Here we create some simple parameter templates with TypeScript multiline strings:
export class Template {
static binary = `
{
"GlobalParameter":{
"Name":"GP"
},
"ImageParameterArray":[
{
"Name":"IP-1",
"NormalizerParameterName":"NP-1",
"BinarizationModes":[{"Mode":"BM_LOCAL_BLOCK", "ThresholdCompensation":9}],
"ScaleDownThreshold":2300
}
],
"NormalizerParameterArray":[
{
"Name":"NP-1",
"ColourMode": "ICM_BINARY"
}
]
}
`;
static color = `
{
"GlobalParameter":{
"Name":"GP"
},
"ImageParameterArray":[
{
"Name":"IP-1",
"NormalizerParameterName":"NP-1",
"BinarizationModes":[{"Mode":"BM_LOCAL_BLOCK", "ThresholdCompensation":9}],
"ScaleDownThreshold":2300
}
],
"NormalizerParameterArray":[
{
"Name":"NP-1",
"ColourMode": "ICM_COLOUR"
}
]
}
`;
static grayscale = `
{
"GlobalParameter":{
"Name":"GP"
},
"ImageParameterArray":[
{
"Name":"IP-1",
"NormalizerParameterName":"NP-1",
"BinarizationModes":[{"Mode":"BM_LOCAL_BLOCK", "ThresholdCompensation":9}],
"ScaleDownThreshold":2300
}
],
"NormalizerParameterArray":[
{
"Name":"NP-1",
"ColourMode": "ICM_GRAYSCALE"
}
]
}
`;
}
The only difference between these three templates is the ColourMode
parameter. The ColourMode
parameter controls the color mode of the output image. It can be set to ICM_BINARY
, ICM_COLOUR
or ICM_GRAYSCALE
.
Angular Components for Detecting and Rectifying Documents
We are going to create two Angular components: file
and camera
. The file
component is responsible for detecting and rectifying documents from image files. The camera
component is responsible for detecting and rectifying documents from camera stream.
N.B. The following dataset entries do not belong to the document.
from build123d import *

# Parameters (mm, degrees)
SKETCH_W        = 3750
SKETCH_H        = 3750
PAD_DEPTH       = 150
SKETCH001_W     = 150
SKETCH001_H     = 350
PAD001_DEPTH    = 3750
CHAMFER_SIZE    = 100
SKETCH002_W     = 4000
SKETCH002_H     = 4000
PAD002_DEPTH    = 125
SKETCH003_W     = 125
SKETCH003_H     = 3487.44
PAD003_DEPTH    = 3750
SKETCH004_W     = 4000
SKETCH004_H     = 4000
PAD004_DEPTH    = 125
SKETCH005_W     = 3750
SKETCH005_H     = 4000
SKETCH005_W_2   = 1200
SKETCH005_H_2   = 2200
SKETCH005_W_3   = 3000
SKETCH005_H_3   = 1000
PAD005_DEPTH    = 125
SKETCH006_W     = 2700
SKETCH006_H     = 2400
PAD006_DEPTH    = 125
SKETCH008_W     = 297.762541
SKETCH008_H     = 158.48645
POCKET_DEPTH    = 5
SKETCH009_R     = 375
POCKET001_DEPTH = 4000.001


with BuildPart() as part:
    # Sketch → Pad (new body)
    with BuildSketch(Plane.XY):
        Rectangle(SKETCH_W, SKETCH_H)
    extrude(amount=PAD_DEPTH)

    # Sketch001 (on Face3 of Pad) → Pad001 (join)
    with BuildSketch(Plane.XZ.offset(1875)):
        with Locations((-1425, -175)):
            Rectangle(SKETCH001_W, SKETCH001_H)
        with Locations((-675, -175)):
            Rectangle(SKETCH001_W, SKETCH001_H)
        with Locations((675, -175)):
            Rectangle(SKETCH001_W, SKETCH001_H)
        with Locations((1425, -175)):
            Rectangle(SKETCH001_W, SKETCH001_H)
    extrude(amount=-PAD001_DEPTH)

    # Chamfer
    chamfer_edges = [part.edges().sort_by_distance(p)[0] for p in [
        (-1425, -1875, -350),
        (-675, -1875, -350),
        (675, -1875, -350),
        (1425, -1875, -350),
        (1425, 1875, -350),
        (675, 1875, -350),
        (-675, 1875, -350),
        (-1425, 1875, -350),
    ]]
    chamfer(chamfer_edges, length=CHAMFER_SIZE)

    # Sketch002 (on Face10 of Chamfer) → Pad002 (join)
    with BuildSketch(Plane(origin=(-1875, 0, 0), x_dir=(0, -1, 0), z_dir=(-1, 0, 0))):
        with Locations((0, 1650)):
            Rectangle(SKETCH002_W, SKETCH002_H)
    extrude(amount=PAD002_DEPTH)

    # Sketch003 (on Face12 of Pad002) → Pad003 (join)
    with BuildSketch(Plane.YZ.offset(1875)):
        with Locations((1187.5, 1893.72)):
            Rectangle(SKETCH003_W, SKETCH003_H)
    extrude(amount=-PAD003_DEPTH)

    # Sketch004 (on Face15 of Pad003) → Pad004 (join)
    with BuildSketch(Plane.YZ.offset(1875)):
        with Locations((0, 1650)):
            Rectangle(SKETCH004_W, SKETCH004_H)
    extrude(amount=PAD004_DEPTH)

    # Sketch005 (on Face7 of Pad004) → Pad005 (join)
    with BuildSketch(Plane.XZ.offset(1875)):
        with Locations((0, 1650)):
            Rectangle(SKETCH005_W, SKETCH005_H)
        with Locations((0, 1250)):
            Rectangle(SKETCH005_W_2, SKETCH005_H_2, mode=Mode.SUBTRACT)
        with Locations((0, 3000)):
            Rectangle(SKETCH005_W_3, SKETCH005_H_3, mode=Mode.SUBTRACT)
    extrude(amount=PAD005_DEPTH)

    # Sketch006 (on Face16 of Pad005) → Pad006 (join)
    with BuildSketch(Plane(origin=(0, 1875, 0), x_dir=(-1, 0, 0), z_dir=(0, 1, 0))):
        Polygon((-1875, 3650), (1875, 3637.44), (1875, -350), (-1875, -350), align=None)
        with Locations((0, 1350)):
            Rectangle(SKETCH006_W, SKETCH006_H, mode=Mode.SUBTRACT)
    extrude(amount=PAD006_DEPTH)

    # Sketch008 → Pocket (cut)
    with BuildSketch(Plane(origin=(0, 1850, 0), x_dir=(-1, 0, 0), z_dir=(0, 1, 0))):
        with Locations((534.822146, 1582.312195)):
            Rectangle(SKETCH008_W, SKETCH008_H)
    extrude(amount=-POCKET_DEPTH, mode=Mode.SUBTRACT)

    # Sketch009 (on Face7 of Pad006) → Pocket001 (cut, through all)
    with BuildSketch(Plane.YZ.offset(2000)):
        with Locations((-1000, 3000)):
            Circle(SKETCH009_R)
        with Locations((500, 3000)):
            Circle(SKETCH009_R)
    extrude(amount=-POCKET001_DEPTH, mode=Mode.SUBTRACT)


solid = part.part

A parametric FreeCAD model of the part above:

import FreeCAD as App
import Part
import Sketcher


def edges_at(feature, points):
    """Names of the edges that pass closest to the given points."""
    edges = feature.Shape.Edges
    near = lambda p: min(range(len(edges)), key=lambda i: edges[i].distToShape(Part.Vertex(*p))[0])
    return sorted({f"Edge{near(p) + 1}" for p in points})


def add_polygon(sketch, points):
    """Adds a closed chain of lines whose ends are joined by coincident constraints."""
    first, n = sketch.GeometryCount, len(points)
    for a, b in zip(points, points[1:] + points[:1]):
        sketch.addGeometry(Part.LineSegment(App.Vector(*a, 0), App.Vector(*b, 0)), False)
    for i in range(n):
        sketch.addConstraint(Sketcher.Constraint("Coincident", first + i, 2, first + (i + 1) % n, 1))

doc = App.newDocument("Part")
body = doc.addObject("PartDesign::Body", "Body")

# Sketch on XY plane
sketch1 = body.newObject("Sketcher::SketchObject", "Sketch")
sketch1.AttachmentSupport = (doc.getObject("XY_Plane"), [""])
sketch1.MapMode = "FlatFace"
add_polygon(sketch1, [(-1875, 1875), (-1875, -1875), (1875, -1875), (1875, 1875)])  # lines 0-3
sketch1.addConstraint(Sketcher.Constraint("Vertical", 0))
sketch1.addConstraint(Sketcher.Constraint("Horizontal", 1))
sketch1.addConstraint(Sketcher.Constraint("Vertical", 2))
sketch1.addConstraint(Sketcher.Constraint("Horizontal", 3))
sketch1.addConstraint(Sketcher.Constraint("Symmetric", 0, 2, 2, 2, -1, 1))
sketch1.addConstraint(Sketcher.Constraint("Equal", 3, 0))
sketch1.addConstraint(Sketcher.Constraint("DistanceX", 1, 1, 1, 2, 3750.0))
pad1 = body.newObject("PartDesign::Pad", "Pad")
pad1.Profile = sketch1
pad1.Length = 150
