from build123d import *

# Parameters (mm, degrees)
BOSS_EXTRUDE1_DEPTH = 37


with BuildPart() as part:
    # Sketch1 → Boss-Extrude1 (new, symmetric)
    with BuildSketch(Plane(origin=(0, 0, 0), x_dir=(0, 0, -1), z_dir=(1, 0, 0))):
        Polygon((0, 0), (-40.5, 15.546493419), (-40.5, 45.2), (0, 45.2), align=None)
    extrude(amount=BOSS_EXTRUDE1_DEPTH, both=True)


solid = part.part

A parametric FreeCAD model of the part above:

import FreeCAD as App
import Part
import Sketcher

V = App.Vector
Q = App.Units.Quantity


def add_polygon(sketch, points):
    """Adds a closed chain of lines whose ends are joined by coincident constraints."""
    first, n = sketch.GeometryCount, len(points)
    for a, b in zip(points, points[1:] + points[:1]):
        sketch.addGeometry(Part.LineSegment(App.Vector(*a, 0), App.Vector(*b, 0)), False)
    for i in range(n):
        sketch.addConstraint(Sketcher.Constraint("Coincident", first + i, 2, first + (i + 1) % n, 1))

doc = App.newDocument("Part")
body = doc.addObject("PartDesign::Body", "Body")

sketch1 = doc.addObject("Sketcher::SketchObject", "Sketch")
body.addObject(sketch1)
sketch1.AttachmentSupport = (doc.YZ_Plane, [""])
sketch1.MapMode = "FlatFace"
add_polygon(sketch1, [(15.546493, 40.5), (0, 0), (45.2, 0), (45.2, 40.5)])
sketch1.addConstraint(Sketcher.Constraint("Horizontal", 1))
sketch1.addConstraint(Sketcher.Constraint("Vertical", 2))
sketch1.addConstraint(Sketcher.Constraint("Horizontal", 3))
sketch1.addConstraint(Sketcher.Constraint("Coincident", 0, 2, -1, 1))
sketch1.addConstraint(Sketcher.Constraint("Angle", 0, Q("-111 deg")))
sketch1.addConstraint(Sketcher.Constraint("DistanceX", 1, 1, 1, 2, Q("45.2 mm")))
sketch1.addConstraint(Sketcher.Constraint("DistanceY", 2, 1, 2, 2, Q("40.5 mm")))
pad1 = doc.addObject("PartDesign::Pad", "Pad")
body.addObject(pad1)
pad1.Profile = sketch1
pad1.Length = 74
pad1.Midplane = True

doc.recompute()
ng generate component file-detection
ng generate component camera-detection
File Detection Component
The file detection page consists of five parts: a radio button group, a file input button, an image element, a canvas and a div element.
<span id="loading-status" style="font-size:x-large" [hidden]="isLoaded">Loading Library...</span>
<br />
<div class="row">
<label for="binary"> <input type="radio" name="templates" value="binary" (change)="onRadioChange($event)" />Black &
White </label>
<label for="grayscale"><input type="radio" name="templates" value="grayscale" (change)="onRadioChange($event)" />
Grayscale </label>
<label for="color"><input type="radio" name="templates" value="color" [checked]="true"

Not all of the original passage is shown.